April 26, 2023

An Insight into the Data Protection Laws of India


The Indian regulatory bodies have been working on the data protection laws since 2017.The latest version of the bill was released for public consultation in November 2022. The new bill aims to balance business innovation and privacy rights of individuals.

The Digital Personal Data Protection Bill, 2022 (DPDP Bill) is a draft bill published by the Union Ministry of Electronics and Information Technology which seeks to replace the earlier Personal Data Protection Bill (PDP Bill) introduced in 2019 and withdrawn in August 2022. The DPDP Bill only covers personal data of a “person” (which includes an individual, a company/corporation/ organization/firm and the state) and the processing of digital personal data of such persons. DPDP Bill allows right of individuals to protect their personal data and the need to process personal data for lawful purposes.

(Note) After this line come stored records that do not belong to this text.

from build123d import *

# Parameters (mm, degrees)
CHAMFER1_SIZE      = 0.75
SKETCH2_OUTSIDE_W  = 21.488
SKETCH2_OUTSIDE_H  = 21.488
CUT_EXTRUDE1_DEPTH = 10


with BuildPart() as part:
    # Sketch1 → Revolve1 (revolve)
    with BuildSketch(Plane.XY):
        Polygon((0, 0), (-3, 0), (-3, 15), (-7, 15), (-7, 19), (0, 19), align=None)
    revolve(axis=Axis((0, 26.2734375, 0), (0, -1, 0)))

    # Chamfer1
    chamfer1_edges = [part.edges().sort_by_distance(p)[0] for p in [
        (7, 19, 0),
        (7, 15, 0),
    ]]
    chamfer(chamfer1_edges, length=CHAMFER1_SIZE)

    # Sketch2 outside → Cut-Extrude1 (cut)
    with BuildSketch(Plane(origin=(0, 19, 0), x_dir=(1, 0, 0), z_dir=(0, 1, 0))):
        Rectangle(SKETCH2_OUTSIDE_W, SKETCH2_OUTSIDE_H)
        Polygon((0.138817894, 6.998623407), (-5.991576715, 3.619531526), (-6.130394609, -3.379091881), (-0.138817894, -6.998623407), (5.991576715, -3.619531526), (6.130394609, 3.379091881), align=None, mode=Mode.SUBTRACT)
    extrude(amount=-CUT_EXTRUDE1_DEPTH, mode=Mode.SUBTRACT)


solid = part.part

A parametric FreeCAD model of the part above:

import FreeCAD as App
import Part
import Sketcher


def edges_at(feature, points):
    """Names of the edges that pass closest to the given points."""
    edges = feature.Shape.Edges
    near = lambda p: min(range(len(edges)), key=lambda i: edges[i].distToShape(Part.Vertex(*p))[0])
    return sorted({f"Edge{near(p) + 1}" for p in points})

doc = App.newDocument("Part")
body = doc.addObject("PartDesign::Body", "Body")

# Sketch on XY plane
sketch1 = body.newObject("Sketcher::SketchObject", "Sketch")
sketch1.AttachmentSupport = (doc.getObject("XY_Plane"), [""])
sketch1.MapMode = "FlatFace"
sketch1.addGeometry([
    Part.LineSegment(App.Vector(-3, 0, 0), App.Vector(0, 0, 0)),  # 0
    Part.LineSegment(App.Vector(0, 0, 0), App.Vector(0, 19, 0)),  # 1
    Part.LineSegment(App.Vector(0, 19, 0), App.Vector(-7, 19, 0)),  # 2
    Part.LineSegment(App.Vector(-7, 19, 0), App.Vector(-7, 15, 0)),  # 3
    Part.LineSegment(App.Vector(-7, 15, 0), App.Vector(-3, 15, 0)),  # 4
    Part.LineSegment(App.Vector(-3, 15, 0), App.Vector(-3, 0, 0)),  # 5
], False)
sketch1.addConstraint([
    Sketcher.Constraint("Coincident", 0, 2, 1, 1),
    Sketcher.Constraint("Coincident", 1, 2, 2, 1),
    Sketcher.Constraint("Coincident", 2, 2, 3, 1),
    Sketcher.Constraint("Coincident", 3, 2, 4, 1),
    Sketcher.Constraint("Coincident", 4, 2, 5, 1),
    Sketcher.Constraint("Coincident", 5, 2, 0, 1),
    Sketcher.Constraint("Horizontal", 0),
    Sketcher.Constraint("Vertical", 1),
    Sketcher.Constraint("Horizontal", 2),
    Sketcher.Constraint("Vertical", 3),
    Sketcher.Constraint("Horizontal", 4),
    Sketcher.Constraint("Vertical", 5),
    Sketcher.Constraint("Coincident", 0, 2, -1, 1),
    Sketcher.Constraint("Equal", 4, 3),
    Sketcher.Constraint("DistanceX", 0, 1, 0, 2, 3.0),
    Sketcher.Constraint("DistanceX", 2, 2, 2, 1, 7.0),
    Sketcher.Constraint("DistanceY", 1, 1, 1, 2, 19.0),
])
revolution = body.newObject("PartDesign::Revolution", "Revolution")
revolution.Profile = sketch1
revolution.ReferenceAxis = (sketch1, ["V_Axis"])
revolution.Angle = 360
doc.recompute()

chamfer = body.newObject("PartDesign::Chamfer", "Chamfer")
chamfer.Base = (revolution, edges_at(revolution, [(7, 19, 0), (7, 15, 0)]))
chamfer.Size = 0.75

# Sketch on XZ plane
sketch2 = body.newObject("Sketcher::SketchObject", "Sketch001")
sketch2.AttachmentSupport = (doc.getObject("XZ_Plane"), [""])
sketch2.MapMode = "FlatFace"
sketch2.AttachmentOffset = App.Placement(App.Vector(0, 0, -19), App.Rotation())
sketch2.addGeometry([
    Part.LineSegment(App.Vector(-10.744, -10.744, 0), App.Vector(-10.744, 10.744, 0)),  # 0
    Part.LineSegment(App.Vector(-10.744, 10.744, 0), App.Vector(10.744, 10.744, 0)),  # 1
    Part.LineSegment(App.Vector(10.744, 10.744, 0), App.Vector(10.744, -10.744, 0)),  # 2
    Part.LineSegment(App.Vector(10.744, -10.744, 0), App.Vector(-10.744, -10.744, 0)),  # 3
    Part.LineSegment(App.Vector(-5.991577, -3.619532, 0), App.Vector(0.138818, -6.998623, 0)),  # 4
    Part.LineSegment(App.Vector(0.138818, -6.998623, 0), App.Vector(6.130395, -3.379092, 0)),  # 5
    Part.LineSegment(App.Vector(6.130395, -3.379092, 0), App.Vector(5.991577, 3.619532, 0)),  # 6
    Part.LineSegment(App.Vector(5.991577, 3.619532, 0), App.Vector(-0.138818, 6.998623, 0)),  # 7
    Part.LineSegment(App.Vector(-0.138818, 6.998623, 0), App.Vector(-6.130395, 3.379092, 0)),  # 8
    Part.LineSegment(App.Vector(-6.130395, 3.379092, 0), App.Vector(-5.991577, -3.619532, 0)),  # 9
], False)
sketch2.addConstraint([
    Sketcher.Constraint("Coincident", 0, 2, 1, 1),
    Sketcher.Constraint("Coincident", 1, 2, 2, 1),
    Sketcher.Constraint("Coincident", 2, 2, 3, 1),
    Sketcher.Constraint("Coincident", 3, 2, 0, 1),
    Sketcher.Constraint("Coincident", 4, 2, 5, 1),
    Sketcher.Constraint("Coincident", 5, 2, 6, 1),
    Sketcher.Constraint("Coincident", 6, 2, 7, 1),
    Sketcher.Constraint("Coincident", 7, 2, 8, 1),
    Sketcher.Constraint("Coincident", 8, 2, 9, 1),
    Sketcher.Constraint("Coincident", 9, 2, 4, 1),
    Sketcher.Constraint("Vertical", 0),
    Sketcher.Constraint("Horizontal", 1),
    Sketcher.Constraint("Vertical", 2),
    Sketcher.Constraint("Horizontal", 3),
    Sketcher.Constraint("Symmetric", 0, 2, 2, 2, -1, 1),
    Sketcher.Constraint("Symmetric", 4, 2, 7, 2, -1, 1),
    Sketcher.Constraint("Symmetric", 5, 2, 8, 2, -1, 1),
    Sketcher.Constraint("Symmetric", 6, 2, 9, 2, -1, 1),
    Sketcher.Constraint("Equal", 3, 0),
    Sketcher.Constraint("Equal", 4, 5),
    Sketcher.Constraint("Equal", 5, 6),
    Sketcher.Constraint("Distance", 4, 7.0),
    Sketcher.Constraint("DistanceX", 1, 1, 1, 2, 21.488),
    Sketcher.Constraint("DistanceY", 5, 2, -1, 1, 3.379092),
    Sketcher.Constraint("DistanceY", -1, 1, 6, 2, 3.619532),
    Sketcher.Constraint("DistanceY", 4, 2, 5, 2, 3.619532),
])
pocket1 = body.newObject("PartDesign::Pocket", "Pocket")
pocket1.Profile = sketch2
pocket1.Length = 10
pocket1.Reversed = True

doc.recompute()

Key Features of the DPDP Bill:

  • Notice and Consent: The DPDP Bill requires seeking prior consent of the data principal in an “itemised notice” which should disclose the description of personal data sought and the purpose of processing it. Only upon receiving the consent from the data principal can the data fiduciary access such personal data.
  • Right to information: The data principal can obtain a confirmation of whether its personal data is being processed, along with the extent and type of personal data processed by the data fiduciary. In fact, the data principal, upon request, should also be provided with the identities of all the data fiduciaries accessing its personal data (in one place).
  • Regulatory Body: The DPDP Bill also provides for the formation of a regulatory body called the Data Protection Board of India, which will determine non-compliance with the provisions of the act and impose penalties.
  • Obligations of the data fiduciary: The DPDP Bill imposes some significant responsibilities on the data fiduciaries to ensure that personal data is processed, stored, or erased in a safe and proper manner. These obligations include security measures, deletion of data, appointment of a Data Protection Officer (DPO), and additional obligations while processing personal data of children.  If the data fiduciary commits some breach in its obligations, Schedule I to the Bill prescribes Financial Penalty not exceeding INR Five Hundred Crore in each instance.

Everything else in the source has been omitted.